→ Instructions for the task: Copy each line of the listing below where the word "params" turns up.

→ Data for review:
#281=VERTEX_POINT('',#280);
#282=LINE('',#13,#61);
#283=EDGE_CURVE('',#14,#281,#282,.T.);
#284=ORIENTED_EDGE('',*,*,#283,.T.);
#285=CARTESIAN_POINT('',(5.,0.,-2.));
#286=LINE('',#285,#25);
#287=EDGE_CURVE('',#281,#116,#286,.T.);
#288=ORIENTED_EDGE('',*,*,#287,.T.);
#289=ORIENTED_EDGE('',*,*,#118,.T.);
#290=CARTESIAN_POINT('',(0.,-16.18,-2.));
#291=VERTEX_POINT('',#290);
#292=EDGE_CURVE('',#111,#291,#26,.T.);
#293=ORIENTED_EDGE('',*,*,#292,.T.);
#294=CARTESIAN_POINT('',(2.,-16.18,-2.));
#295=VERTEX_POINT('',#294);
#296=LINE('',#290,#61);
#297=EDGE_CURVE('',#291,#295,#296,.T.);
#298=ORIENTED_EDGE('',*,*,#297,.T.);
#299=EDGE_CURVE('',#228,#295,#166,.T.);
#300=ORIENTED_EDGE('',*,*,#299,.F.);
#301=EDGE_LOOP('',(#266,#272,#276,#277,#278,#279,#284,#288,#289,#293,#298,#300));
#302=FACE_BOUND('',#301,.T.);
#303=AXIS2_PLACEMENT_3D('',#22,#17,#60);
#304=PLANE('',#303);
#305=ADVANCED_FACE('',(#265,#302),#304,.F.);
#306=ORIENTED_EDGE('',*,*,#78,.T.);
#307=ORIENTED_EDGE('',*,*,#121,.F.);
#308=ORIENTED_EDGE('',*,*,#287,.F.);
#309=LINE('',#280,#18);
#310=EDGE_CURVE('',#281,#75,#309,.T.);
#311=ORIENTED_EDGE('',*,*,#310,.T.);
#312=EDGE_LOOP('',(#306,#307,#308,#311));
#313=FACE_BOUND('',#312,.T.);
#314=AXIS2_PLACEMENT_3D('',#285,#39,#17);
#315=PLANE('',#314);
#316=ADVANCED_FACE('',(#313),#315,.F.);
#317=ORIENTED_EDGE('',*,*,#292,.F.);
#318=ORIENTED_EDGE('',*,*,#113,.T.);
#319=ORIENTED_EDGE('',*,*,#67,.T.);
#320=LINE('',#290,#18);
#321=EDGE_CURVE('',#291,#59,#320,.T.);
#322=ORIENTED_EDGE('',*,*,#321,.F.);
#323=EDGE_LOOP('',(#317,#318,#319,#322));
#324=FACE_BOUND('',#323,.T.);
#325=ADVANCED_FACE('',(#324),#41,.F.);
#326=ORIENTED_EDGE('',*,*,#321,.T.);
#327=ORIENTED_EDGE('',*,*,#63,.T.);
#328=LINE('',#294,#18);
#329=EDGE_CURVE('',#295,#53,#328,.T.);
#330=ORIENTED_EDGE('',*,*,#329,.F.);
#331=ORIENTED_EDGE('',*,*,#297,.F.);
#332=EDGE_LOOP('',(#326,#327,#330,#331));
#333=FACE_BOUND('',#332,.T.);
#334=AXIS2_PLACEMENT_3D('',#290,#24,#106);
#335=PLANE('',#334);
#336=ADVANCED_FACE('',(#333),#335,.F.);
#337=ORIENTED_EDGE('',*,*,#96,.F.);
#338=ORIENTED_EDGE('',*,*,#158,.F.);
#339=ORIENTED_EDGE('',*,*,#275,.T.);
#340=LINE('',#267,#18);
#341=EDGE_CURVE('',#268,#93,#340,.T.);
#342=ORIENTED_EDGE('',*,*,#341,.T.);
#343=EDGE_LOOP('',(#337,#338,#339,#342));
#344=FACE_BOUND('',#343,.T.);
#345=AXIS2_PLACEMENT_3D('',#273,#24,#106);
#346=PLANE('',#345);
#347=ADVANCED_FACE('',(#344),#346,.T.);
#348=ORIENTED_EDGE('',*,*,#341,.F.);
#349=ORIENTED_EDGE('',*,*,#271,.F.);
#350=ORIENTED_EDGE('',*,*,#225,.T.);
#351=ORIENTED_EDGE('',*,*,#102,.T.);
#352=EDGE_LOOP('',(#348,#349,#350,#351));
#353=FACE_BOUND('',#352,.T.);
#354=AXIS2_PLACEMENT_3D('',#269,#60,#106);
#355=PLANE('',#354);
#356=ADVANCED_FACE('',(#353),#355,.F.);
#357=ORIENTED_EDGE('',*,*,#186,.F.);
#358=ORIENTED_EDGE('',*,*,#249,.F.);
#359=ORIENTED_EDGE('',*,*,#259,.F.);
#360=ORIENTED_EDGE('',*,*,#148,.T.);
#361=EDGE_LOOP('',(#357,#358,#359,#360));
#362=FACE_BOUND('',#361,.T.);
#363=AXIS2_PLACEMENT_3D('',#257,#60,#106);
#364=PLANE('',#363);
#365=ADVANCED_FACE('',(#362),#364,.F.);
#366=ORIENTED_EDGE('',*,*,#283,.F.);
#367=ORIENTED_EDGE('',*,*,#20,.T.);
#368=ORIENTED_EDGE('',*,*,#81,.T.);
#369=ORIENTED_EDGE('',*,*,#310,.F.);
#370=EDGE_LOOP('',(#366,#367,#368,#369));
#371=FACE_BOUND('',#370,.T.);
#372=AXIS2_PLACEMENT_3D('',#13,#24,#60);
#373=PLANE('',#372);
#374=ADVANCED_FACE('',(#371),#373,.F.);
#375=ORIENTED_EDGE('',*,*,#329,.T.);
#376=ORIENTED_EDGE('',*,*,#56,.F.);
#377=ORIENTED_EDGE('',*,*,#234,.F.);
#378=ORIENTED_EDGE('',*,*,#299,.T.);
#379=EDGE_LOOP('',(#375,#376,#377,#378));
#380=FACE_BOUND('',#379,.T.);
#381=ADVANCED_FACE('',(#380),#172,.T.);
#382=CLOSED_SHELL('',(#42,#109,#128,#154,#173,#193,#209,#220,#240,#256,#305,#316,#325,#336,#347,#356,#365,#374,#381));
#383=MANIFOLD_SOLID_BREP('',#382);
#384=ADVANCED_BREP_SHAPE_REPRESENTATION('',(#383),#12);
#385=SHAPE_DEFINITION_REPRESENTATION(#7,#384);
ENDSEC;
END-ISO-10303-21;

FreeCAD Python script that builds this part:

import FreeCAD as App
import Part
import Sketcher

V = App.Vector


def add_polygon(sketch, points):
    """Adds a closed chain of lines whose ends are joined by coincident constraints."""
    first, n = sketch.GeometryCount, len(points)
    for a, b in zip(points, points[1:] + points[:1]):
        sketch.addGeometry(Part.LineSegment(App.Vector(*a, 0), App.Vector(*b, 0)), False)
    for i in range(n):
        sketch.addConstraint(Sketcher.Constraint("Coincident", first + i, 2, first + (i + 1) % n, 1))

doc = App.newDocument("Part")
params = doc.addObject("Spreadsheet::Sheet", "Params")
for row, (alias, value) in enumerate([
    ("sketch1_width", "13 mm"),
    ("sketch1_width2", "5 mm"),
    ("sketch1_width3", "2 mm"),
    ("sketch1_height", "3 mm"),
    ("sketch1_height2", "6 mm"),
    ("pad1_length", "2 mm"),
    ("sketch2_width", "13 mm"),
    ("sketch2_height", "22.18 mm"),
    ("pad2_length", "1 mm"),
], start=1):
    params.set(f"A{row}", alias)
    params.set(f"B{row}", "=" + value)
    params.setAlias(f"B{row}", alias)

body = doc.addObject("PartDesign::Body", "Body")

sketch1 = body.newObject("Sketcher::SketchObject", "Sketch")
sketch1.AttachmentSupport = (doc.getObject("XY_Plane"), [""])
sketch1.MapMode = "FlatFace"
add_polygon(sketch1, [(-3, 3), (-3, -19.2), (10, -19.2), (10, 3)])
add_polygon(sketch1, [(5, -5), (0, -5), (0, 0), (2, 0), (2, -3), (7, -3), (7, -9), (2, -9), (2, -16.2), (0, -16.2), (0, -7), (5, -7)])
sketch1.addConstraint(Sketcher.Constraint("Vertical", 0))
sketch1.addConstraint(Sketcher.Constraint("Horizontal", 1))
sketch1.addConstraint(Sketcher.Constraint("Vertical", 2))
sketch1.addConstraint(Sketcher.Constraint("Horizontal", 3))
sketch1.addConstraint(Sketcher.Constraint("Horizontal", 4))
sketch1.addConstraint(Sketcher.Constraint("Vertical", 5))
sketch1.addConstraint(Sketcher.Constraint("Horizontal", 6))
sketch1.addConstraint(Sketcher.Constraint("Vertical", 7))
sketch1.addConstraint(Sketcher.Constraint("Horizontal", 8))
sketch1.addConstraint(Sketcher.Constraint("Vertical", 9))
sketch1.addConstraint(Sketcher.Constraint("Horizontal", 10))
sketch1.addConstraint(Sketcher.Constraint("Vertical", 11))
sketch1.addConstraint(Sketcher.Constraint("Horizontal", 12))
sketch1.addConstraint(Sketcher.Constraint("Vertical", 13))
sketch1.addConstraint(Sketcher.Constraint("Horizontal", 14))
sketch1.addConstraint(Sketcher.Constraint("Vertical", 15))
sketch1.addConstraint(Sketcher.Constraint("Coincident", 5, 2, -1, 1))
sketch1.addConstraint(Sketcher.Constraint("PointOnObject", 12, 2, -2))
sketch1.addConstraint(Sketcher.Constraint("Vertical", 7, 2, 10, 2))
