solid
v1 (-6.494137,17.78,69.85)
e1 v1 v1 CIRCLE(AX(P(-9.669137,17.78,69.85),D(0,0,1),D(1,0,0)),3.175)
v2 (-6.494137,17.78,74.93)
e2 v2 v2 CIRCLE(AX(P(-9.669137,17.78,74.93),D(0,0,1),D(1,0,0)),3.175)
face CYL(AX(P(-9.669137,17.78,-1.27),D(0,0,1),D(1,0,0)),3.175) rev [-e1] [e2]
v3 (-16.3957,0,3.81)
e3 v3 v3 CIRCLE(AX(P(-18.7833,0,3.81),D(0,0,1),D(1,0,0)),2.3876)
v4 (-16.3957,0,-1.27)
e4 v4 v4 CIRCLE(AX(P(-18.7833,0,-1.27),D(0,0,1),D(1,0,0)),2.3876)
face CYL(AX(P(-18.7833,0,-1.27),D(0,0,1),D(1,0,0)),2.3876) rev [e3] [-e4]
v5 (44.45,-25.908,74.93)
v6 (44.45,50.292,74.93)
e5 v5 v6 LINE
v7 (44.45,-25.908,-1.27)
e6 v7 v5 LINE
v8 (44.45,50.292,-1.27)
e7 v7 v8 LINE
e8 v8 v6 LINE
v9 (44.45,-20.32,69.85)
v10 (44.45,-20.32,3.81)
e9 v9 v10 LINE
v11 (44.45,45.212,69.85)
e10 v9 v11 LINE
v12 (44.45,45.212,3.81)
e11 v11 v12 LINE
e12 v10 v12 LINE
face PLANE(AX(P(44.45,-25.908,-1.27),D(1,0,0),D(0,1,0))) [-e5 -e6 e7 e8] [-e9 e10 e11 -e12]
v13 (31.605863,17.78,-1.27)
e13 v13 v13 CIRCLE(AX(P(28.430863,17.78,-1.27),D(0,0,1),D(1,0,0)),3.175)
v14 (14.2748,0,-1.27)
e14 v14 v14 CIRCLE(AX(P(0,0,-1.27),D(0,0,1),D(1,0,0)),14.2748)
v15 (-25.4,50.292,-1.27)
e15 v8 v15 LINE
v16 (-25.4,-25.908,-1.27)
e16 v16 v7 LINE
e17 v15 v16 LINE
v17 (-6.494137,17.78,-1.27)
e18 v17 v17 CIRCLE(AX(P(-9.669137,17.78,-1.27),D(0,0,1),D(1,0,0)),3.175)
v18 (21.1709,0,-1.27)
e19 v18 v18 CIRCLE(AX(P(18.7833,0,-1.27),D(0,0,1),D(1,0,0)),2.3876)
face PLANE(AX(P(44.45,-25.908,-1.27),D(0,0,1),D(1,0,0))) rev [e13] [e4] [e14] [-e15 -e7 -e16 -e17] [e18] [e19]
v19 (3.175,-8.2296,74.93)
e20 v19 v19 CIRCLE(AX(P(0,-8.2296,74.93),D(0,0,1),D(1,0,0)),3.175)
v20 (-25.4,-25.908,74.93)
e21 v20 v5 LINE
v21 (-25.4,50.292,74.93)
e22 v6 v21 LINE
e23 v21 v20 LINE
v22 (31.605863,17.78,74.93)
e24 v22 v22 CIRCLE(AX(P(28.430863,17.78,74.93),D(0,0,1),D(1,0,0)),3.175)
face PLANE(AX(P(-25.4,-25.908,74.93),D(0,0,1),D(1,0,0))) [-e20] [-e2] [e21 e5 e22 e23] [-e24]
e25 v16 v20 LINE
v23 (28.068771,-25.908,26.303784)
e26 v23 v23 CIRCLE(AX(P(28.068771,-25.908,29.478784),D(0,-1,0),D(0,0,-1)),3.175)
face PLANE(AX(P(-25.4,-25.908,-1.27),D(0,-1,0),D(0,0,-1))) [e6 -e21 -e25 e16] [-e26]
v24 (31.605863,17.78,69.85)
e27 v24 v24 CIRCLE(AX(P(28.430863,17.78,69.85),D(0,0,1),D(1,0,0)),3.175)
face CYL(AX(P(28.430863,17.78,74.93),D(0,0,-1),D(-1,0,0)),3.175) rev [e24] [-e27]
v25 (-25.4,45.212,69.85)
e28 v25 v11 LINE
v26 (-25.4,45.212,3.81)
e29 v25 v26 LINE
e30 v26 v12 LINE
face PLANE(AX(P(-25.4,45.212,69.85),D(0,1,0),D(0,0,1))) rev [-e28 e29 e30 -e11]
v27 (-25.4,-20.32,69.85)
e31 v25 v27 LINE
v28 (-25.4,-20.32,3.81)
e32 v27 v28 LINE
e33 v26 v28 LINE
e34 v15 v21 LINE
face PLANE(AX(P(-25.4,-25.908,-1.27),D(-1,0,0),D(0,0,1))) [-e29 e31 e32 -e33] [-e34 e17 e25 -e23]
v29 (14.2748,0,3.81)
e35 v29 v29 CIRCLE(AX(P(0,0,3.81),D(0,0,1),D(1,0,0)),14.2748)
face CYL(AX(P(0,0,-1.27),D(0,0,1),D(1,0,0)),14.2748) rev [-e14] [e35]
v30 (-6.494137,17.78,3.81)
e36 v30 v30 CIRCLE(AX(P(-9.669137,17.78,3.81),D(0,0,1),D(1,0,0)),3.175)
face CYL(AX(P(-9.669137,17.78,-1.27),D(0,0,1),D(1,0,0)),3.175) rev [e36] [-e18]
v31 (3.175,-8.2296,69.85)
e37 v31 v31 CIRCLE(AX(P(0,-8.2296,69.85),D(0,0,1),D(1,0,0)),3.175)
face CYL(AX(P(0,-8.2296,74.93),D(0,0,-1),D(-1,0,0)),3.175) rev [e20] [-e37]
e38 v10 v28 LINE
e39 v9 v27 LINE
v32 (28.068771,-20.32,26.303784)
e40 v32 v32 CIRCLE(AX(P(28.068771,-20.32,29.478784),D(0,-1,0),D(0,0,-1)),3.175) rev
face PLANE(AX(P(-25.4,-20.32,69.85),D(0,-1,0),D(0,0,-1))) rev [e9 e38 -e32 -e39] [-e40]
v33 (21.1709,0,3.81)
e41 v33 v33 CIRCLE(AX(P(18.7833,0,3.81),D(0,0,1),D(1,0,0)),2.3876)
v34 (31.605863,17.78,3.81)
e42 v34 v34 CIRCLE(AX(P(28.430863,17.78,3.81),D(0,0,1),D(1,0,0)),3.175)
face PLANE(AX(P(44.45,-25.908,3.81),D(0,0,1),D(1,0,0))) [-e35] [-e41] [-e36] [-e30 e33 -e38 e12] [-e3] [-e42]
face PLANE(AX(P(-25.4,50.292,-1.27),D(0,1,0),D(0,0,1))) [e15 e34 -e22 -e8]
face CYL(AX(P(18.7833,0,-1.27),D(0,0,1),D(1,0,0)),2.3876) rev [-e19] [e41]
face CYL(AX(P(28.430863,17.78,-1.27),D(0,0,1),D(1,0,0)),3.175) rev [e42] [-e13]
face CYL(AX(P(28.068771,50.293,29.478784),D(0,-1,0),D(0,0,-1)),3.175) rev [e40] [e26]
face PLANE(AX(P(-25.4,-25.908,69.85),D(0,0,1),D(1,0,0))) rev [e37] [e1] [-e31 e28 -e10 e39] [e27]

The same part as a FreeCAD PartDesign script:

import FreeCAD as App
import Part
import Sketcher
from FreeCAD import Vector
Q = App.Units.Quantity


def add_polygon(sketch, points):
    """Adds a closed chain of lines whose ends are joined by coincident constraints."""
    first, n = sketch.GeometryCount, len(points)
    for a, b in zip(points, points[1:] + points[:1]):
        sketch.addGeometry(Part.LineSegment(App.Vector(*a, 0), App.Vector(*b, 0)), False)
    for i in range(n):
        sketch.addConstraint(Sketcher.Constraint("Coincident", first + i, 2, first + (i + 1) % n, 1))

doc = App.newDocument("Part")
body = doc.addObject("PartDesign::Body", "Body")

sketch1 = body.newObject("Sketcher::SketchObject", "Sketch")
sketch1.AttachmentSupport = (doc.getObject("XY_Plane"), [""])
sketch1.MapMode = "FlatFace"
add_polygon(sketch1, [(-25.4, 50.292), (-25.4, -25.908), (44.45, -25.908), (44.45, 50.292)])
sketch1.addGeometry(Part.Circle(Vector(18.7833, 0, 0), Vector(0, 0, 1), 2.3876), False)
sketch1.addGeometry(Part.Circle(Vector(0, 0, 0), Vector(0, 0, 1), 14.2748), False)
sketch1.addGeometry(Part.Circle(Vector(-18.7833, 0, 0), Vector(0, 0, 1), 2.3876), False)
sketch1.addGeometry(Part.Circle(Vector(28.430863, 17.78, 0), Vector(0, 0, 1), 3.175), False)
sketch1.addConstraint(Sketcher.Constraint("Vertical", 0))
sketch1.addConstraint(Sketcher.Constraint("Horizontal", 1))
sketch1.addConstraint(Sketcher.Constraint("Vertical", 2))
sketch1.addConstraint(Sketcher.Constraint("Horizontal", 3))
sketch1.addConstraint(Sketcher.Constraint("Coincident", 5, 3, -1, 1))
sketch1.addConstraint(Sketcher.Constraint("Equal", 4, 6))
sketch1.addConstraint(Sketcher.Constraint("Symmetric", 4, 3, 6, 3, -1, 1))
sketch1.addConstraint(Sketcher.Constraint("PointOnObject", 4, 3, -1))
sketch1.addConstraint(Sketcher.Constraint("Diameter", 7, Q("0.25 in")))
sketch1.addConstraint(Sketcher.Constraint("DistanceY", 0, 2, 0, 1, Q("3 in")))
sketch1.addConstraint(Sketcher.Constraint("Diameter", 4, Q("0.188 in")))
sketch1.addConstraint(Sketcher.Constraint("Diameter", 5, Q("1.124 in")))
sketch1.addConstraint(Sketcher.Constraint("DistanceX", 0, 2, -1, 1, Q("1 in")))
sketch1.addConstraint(Sketcher.Constraint("DistanceX", 1, 1, 1, 2, Q("2.75 in")))
sketch1.addConstraint(Sketcher.Constraint("DistanceY", -1, 1, 7, 3, Q("0.7 in")))
sketch1.addConstraint(Sketcher.Constraint("DistanceY", 0, 2, -1, 1, Q("1.02 in")))
sketch1.addConstraint(Sketcher.Constraint("DistanceX", 6, 3, 4, 3, Q("1.479 in")))
sketch1.addConstraint(Sketcher.Constraint("DistanceX", -1, 1, 7, 3, Q("28.430863 mm")))
pad1 = body.newObject("PartDesign::Pad", "Pad")
pad1.Profile = sketch1
pad1.Type = "TwoLengths"
pad1.Length = Q("0.15 in")
pad1.Length2 = Q("0.05 in")

sketch2 = body.newObject("Sketcher::SketchObject", "Sketch001")
sketch2.AttachmentSupport = (doc.getObject("XY_Plane"), [""])
sketch2.MapMode = "FlatFace"
sketch2.AttachmentOffset = App.Placement(Vector(0, 0, 0.15 * 25.4), App.Rotation())
add_polygon(sketch2, [(-25.4, 50.292), (-25.4, 45.212), (44.45, 45.212), (44.45, 50.292)])
sketch2.addConstraint(Sketcher.Constraint("Vertical", 0))
sketch2.addConstraint(Sketcher.Constraint("Horizontal", 1))
sketch2.addConstraint(Sketcher.Constraint("Vertical", 2))
sketch2.addConstraint(Sketcher.Constraint("Horizontal", 3))
sketch2.addConstraint(Sketcher.Constraint("DistanceY", 0, 2, 0, 1, Q("0.2 in")))
sketch2.addConstraint(Sketcher.Constraint("DistanceX", 0, 2, -1, 1, Q("1 in")))
sketch2.addConstraint(Sketcher.Constraint("DistanceX", 1, 1, 1, 2, Q("2.75 in")))
sketch2.addConstraint(Sketcher.Constraint("DistanceY", -1, 1, 0, 2, Q("1.78 in")))
pad2 = body.newObject("PartDesign::Pad", "Pad001")
pad2.Profile = sketch2
pad2.Length = Q("2.6 in")

sketch3 = body.newObject("Sketcher::SketchObject", "Sketch002")
sketch3.AttachmentSupport = (doc.getObject("XY_Plane"), [""])
sketch3.MapMode = "FlatFace"
sketch3.AttachmentOffset = App.Placement(Vector(0, 0, 0.15 * 25.4), App.Rotation())
add_polygon(sketch3, [(-25.4, -20.32), (-25.4, -25.908), (44.45, -25.908), (44.45, -20.32)])
sketch3.addConstraint(Sketcher.Constraint("Vertical", 0))
sketch3.addConstraint(Sketcher.Constraint("Horizontal", 1))
sketch3.addConstraint(Sketcher.Constraint("Vertical", 2))
sketch3.addConstraint(Sketcher.Constraint("Horizontal", 3))
sketch3.addConstraint(Sketcher.Constraint("DistanceX", 0, 2, -1, 1, Q("1 in")))
sketch3.addConstraint(Sketcher.Constraint("DistanceX", 1, 1, 1, 2, Q("2.75 in")))
sketch3.addConstraint(Sketcher.Constraint("DistanceY", 0, 2, 0, 1, Q("0.22 in")))
sketch3.addConstraint(Sketcher.Constraint("DistanceY", 2, 2, -1, 1, Q("0.8 in")))
pad3 = body.newObject("PartDesign::Pad", "Pad002")
pad3.Profile = sketch3
pad3.Length = Q("2.6 in")

sketch4 = body.newObject("Sketcher::SketchObject", "Sketch003")
sketch4.AttachmentSupport = (doc.getObject("XY_Plane"), [""])
sketch4.MapMode = "FlatFace"
sketch4.AttachmentOffset = App.Placement(Vector(0, 0, 2.75 * 25.4), App.Rotation())
add_polygon(sketch4, [(-25.4, 50.292), (-25.4, -25.908), (44.45, -25.908), (44.45, 50.292)])
sketch4.addGeometry(Part.Circle(Vector(0, -8.2296, 0), Vector(0, 0, 1), 3.175), False)
sketch4.addGeometry(Part.Circle(Vector(28.430863, 17.78, 0), Vector(0, 0, 1), 3.175), False)
sketch4.addConstraint(Sketcher.Constraint("Vertical", 0))
sketch4.addConstraint(Sketcher.Constraint("Horizontal", 1))
sketch4.addConstraint(Sketcher.Constraint("Vertical", 2))
sketch4.addConstraint(Sketcher.Constraint("Horizontal", 3))
sketch4.addConstraint(Sketcher.Constraint("Equal", 4, 5))
sketch4.addConstraint(Sketcher.Constraint("PointOnObject", 4, 3, -2))
sketch4.addConstraint(Sketcher.Constraint("Diameter", 4, Q("0.25 in")))
sketch4.addConstraint(Sketcher.Constraint("DistanceY", 0, 2, 0, 1, Q("3 in")))
sketch4.addConstraint(Sketcher.Constraint("DistanceX", 0, 2, -1, 1, Q("1 in")))
sketch4.addConstraint(Sketcher.Constraint("DistanceX", 1, 1, 1, 2, Q("2.75 in")))
sketch4.addConstraint(Sketcher.Constraint("DistanceY", -1, 1, 5, 3, Q("0.7 in")))
sketch4.addConstraint(Sketcher.Constraint("DistanceY", 0, 2, -1, 1, Q("1.02 in")))
sketch4.addConstraint(Sketcher.Constraint("DistanceY", 4, 3, -1, 1, Q("0.324 in")))
sketch4.addConstraint(Sketcher.Constraint("DistanceX", -1, 1, 5, 3, Q("28.430863 mm")))
pad4 = body.newObject("PartDesign::Pad", "Pad003")
pad4.Profile = sketch4
pad4.Length = Q("0.2 in")

sketch5 = body.newObject("Sketcher::SketchObject", "Sketch004")
sketch5.AttachmentSupport = (doc.getObject("XZ_Plane"), [""])
sketch5.MapMode = "FlatFace"
sketch5.AttachmentOffset = App.Placement(Vector(0, 0, 1.02 * 25.4), App.Rotation())
sketch5.addGeometry(Part.Circle(Vector(28.068771, 29.478784, 0), Vector(0, 0, 1), 3.175), False)
sketch5.addConstraint(Sketcher.Constraint("Diameter", 0, Q("0.25 in")))
sketch5.addConstraint(Sketcher.Constraint("DistanceX", -1, 1, 0, 3, Q("28.068771 mm")))
sketch5.addConstraint(Sketcher.Constraint("DistanceY", -1, 1, 0, 3, Q("29.478784 mm")))
pocket1 = body.newObject("PartDesign::Pocket", "Pocket")
pocket1.Profile = sketch5
pocket1.Type = "UpToFirst"

sketch6 = body.newObject("Sketcher::SketchObject", "Sketch005")
sketch6.AttachmentSupport = (doc.getObject("XY_Plane"), [""])
sketch6.MapMode = "FlatFace"
sketch6.AttachmentOffset = App.Placement(Vector(0, 0, 2.95 * 25.4), App.Rotation())
sketch6.addGeometry(Part.Circle(Vector(-9.669137, 17.78, 0), Vector(0, 0, 1), 3.175), False)
sketch6.addConstraint(Sketcher.Constraint("Diameter", 0, Q("0.25 in")))
sketch6.addConstraint(Sketcher.Constraint("DistanceY", -1, 1, 0, 3, Q("0.7 in")))
sketch6.addConstraint(Sketcher.Constraint("DistanceX", 0, 3, -1, 1, Q("9.669137 mm")))
pocket2 = body.newObject("PartDesign::Pocket", "Pocket001")
pocket2.Profile = sketch6
pocket2.Type = "ThroughAll"

doc.recompute()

→ Written solution:
params = doc.addObject("Spreadsheet::Sheet", "Params")
    params.set(f"A{row}", alias)
    params.set(f"B{row}", "=" + value)
    params.setAlias(f"B{row}", alias)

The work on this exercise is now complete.